**WORK REQUEST:**
Transcribe only part of the material below: the lines from the one containing "v -588.761 -25.367 5.483" through the one containing "v -565.703 -36.15 -1.077", inclusive, exactly as written.

____ THE INPUT

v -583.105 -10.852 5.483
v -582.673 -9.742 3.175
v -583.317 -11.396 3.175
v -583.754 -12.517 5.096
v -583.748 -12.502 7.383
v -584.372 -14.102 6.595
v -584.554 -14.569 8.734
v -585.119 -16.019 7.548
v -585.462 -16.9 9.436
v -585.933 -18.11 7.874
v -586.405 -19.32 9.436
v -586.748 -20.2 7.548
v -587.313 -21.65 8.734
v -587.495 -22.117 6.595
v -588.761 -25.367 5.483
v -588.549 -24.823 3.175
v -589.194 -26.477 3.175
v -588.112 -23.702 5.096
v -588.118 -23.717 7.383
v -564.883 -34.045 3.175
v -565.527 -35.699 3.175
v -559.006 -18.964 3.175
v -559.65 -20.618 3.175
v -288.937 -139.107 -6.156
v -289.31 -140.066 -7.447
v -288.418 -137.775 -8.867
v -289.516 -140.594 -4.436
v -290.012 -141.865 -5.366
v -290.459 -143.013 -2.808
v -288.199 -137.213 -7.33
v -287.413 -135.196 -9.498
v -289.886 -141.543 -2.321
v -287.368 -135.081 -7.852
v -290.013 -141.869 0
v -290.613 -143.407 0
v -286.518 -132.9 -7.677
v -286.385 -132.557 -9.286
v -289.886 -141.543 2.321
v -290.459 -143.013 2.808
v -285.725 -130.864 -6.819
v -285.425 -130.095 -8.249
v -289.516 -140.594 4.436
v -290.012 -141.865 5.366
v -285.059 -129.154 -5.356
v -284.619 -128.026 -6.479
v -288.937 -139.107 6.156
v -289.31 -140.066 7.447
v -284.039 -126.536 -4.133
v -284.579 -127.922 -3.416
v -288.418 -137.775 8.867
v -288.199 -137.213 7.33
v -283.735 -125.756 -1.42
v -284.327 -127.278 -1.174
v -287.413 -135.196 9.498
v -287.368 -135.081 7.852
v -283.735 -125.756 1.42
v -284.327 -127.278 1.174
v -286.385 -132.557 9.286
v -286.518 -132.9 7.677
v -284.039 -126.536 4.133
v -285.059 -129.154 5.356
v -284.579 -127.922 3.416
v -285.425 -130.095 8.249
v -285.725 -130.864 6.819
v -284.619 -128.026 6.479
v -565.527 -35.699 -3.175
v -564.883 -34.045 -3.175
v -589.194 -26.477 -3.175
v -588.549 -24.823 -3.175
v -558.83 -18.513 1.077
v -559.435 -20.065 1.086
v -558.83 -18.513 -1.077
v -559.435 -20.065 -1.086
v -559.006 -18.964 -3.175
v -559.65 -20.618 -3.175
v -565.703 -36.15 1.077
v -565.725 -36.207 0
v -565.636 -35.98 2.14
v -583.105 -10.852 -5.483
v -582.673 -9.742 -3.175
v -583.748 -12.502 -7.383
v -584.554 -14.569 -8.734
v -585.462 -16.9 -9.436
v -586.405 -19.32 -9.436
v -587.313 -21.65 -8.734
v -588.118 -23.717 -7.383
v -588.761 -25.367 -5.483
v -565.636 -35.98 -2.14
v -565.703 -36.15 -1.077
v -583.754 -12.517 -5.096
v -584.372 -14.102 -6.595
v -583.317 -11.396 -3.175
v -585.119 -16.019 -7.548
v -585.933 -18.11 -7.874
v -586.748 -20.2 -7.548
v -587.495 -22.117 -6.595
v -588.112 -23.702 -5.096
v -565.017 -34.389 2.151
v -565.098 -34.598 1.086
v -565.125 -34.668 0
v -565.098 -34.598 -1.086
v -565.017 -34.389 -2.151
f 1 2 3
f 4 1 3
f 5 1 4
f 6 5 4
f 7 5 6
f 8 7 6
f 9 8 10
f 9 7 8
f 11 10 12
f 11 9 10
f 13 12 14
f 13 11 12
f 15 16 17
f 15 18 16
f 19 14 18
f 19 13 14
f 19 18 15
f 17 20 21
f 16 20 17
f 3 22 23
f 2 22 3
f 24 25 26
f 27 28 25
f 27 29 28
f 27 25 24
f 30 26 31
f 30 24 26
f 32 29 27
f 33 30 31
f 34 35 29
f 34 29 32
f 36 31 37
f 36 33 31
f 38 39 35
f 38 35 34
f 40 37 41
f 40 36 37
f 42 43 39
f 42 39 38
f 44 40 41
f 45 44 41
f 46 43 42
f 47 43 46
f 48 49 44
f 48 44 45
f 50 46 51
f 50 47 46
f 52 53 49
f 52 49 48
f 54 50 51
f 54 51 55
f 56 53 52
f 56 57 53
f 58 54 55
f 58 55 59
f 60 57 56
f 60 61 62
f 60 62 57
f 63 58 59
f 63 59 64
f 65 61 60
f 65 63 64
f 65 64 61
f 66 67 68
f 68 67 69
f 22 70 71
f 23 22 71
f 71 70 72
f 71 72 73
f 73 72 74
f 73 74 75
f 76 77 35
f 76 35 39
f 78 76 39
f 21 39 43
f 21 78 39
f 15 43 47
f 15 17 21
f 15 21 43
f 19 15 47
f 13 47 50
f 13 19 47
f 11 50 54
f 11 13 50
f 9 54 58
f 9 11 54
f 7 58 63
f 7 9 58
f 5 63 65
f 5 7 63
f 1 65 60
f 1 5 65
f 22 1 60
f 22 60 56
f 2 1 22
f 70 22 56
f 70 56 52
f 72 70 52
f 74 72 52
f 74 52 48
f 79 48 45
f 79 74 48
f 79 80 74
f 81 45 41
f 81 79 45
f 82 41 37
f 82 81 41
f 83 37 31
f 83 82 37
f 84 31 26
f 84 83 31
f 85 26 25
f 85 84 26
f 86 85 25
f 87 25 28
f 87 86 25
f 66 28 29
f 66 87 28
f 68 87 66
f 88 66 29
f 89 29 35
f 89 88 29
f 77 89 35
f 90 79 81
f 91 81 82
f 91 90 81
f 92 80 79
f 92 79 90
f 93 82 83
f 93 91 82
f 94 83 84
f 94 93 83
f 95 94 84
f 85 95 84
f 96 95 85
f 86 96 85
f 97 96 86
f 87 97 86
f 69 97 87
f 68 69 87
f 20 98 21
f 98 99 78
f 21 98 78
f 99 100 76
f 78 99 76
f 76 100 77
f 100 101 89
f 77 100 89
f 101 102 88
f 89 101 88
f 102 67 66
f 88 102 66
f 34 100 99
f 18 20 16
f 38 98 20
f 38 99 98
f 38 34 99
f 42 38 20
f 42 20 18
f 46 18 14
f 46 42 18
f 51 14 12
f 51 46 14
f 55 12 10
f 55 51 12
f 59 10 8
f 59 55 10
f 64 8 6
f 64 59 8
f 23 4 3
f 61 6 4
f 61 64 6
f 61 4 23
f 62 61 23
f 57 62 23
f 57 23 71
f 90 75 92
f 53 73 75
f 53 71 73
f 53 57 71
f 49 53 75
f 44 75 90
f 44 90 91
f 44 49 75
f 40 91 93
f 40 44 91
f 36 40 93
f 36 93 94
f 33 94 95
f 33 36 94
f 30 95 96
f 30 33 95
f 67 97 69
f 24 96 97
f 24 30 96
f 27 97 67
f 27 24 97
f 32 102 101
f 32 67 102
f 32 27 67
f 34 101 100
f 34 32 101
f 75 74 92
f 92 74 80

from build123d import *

# Parameters (mm, degrees)
CUT_EXTRUDE1_START = -3.175
CUT_EXTRUDE1_DEPTH = 6.35


with BuildPart() as part:
    # Sketch1 → Revolve1 (revolve)
    with BuildSketch(Plane.XY):
        Polygon((-290.013124818, -141.869021758), (-290.612556192, -143.407359506), (-589.391523341, -26.984625229), (-588.792091967, -25.446287481), align=None)
    revolve(axis=Axis((-469.305066075, -63.555147651, 0), (-0.931761204, 0.363071699, 0)))

    # Sketch2 → Cut-Extrude1 (cut)
    with BuildSketch(Plane.XY.offset(CUT_EXTRUDE1_START)):
        Polygon((-558.808272896, -18.456595432), (-565.724788753, -36.206646372), (-589.391523341, -26.984625229), (-582.475007484, -9.234574289), align=None)
    extrude(amount=CUT_EXTRUDE1_DEPTH, mode=Mode.SUBTRACT)


solid = part.part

________

**YOUR SOLUTION:**
v -588.761 -25.367 5.483
v -588.549 -24.823 3.175
v -589.194 -26.477 3.175
v -588.112 -23.702 5.096
v -588.118 -23.717 7.383
v -564.883 -34.045 3.175
v -565.527 -35.699 3.175
v -559.006 -18.964 3.175
v -559.65 -20.618 3.175
v -288.937 -139.107 -6.156
v -289.31 -140.066 -7.447
v -288.418 -137.775 -8.867
v -289.516 -140.594 -4.436
v -290.012 -141.865 -5.366
v -290.459 -143.013 -2.808
v -288.199 -137.213 -7.33
v -287.413 -135.196 -9.498
v -289.886 -141.543 -2.321
v -287.368 -135.081 -7.852
v -290.013 -141.869 0
v -290.613 -143.407 0
v -286.518 -132.9 -7.677
v -286.385 -132.557 -9.286
v -289.886 -141.543 2.321
v -290.459 -143.013 2.808
v -285.725 -130.864 -6.819
v -285.425 -130.095 -8.249
v -289.516 -140.594 4.436
v -290.012 -141.865 5.366
v -285.059 -129.154 -5.356
v -284.619 -128.026 -6.479
v -288.937 -139.107 6.156
v -289.31 -140.066 7.447
v -284.039 -126.536 -4.133
v -284.579 -127.922 -3.416
v -288.418 -137.775 8.867
v -288.199 -137.213 7.33
v -283.735 -125.756 -1.42
v -284.327 -127.278 -1.174
v -287.413 -135.196 9.498
v -287.368 -135.081 7.852
v -283.735 -125.756 1.42
v -284.327 -127.278 1.174
v -286.385 -132.557 9.286
v -286.518 -132.9 7.677
v -284.039 -126.536 4.133
v -285.059 -129.154 5.356
v -284.579 -127.922 3.416
v -285.425 -130.095 8.249
v -285.725 -130.864 6.819
v -284.619 -128.026 6.479
v -565.527 -35.699 -3.175
v -564.883 -34.045 -3.175
v -589.194 -26.477 -3.175
v -588.549 -24.823 -3.175
v -558.83 -18.513 1.077
v -559.435 -20.065 1.086
v -558.83 -18.513 -1.077
v -559.435 -20.065 -1.086
v -559.006 -18.964 -3.175
v -559.65 -20.618 -3.175
v -565.703 -36.15 1.077
v -565.725 -36.207 0
v -565.636 -35.98 2.14
v -583.105 -10.852 -5.483
v -582.673 -9.742 -3.175
v -583.748 -12.502 -7.383
v -584.554 -14.569 -8.734
v -585.462 -16.9 -9.436
v -586.405 -19.32 -9.436
v -587.313 -21.65 -8.734
v -588.118 -23.717 -7.383
v -588.761 -25.367 -5.483
v -565.636 -35.98 -2.14
v -565.703 -36.15 -1.077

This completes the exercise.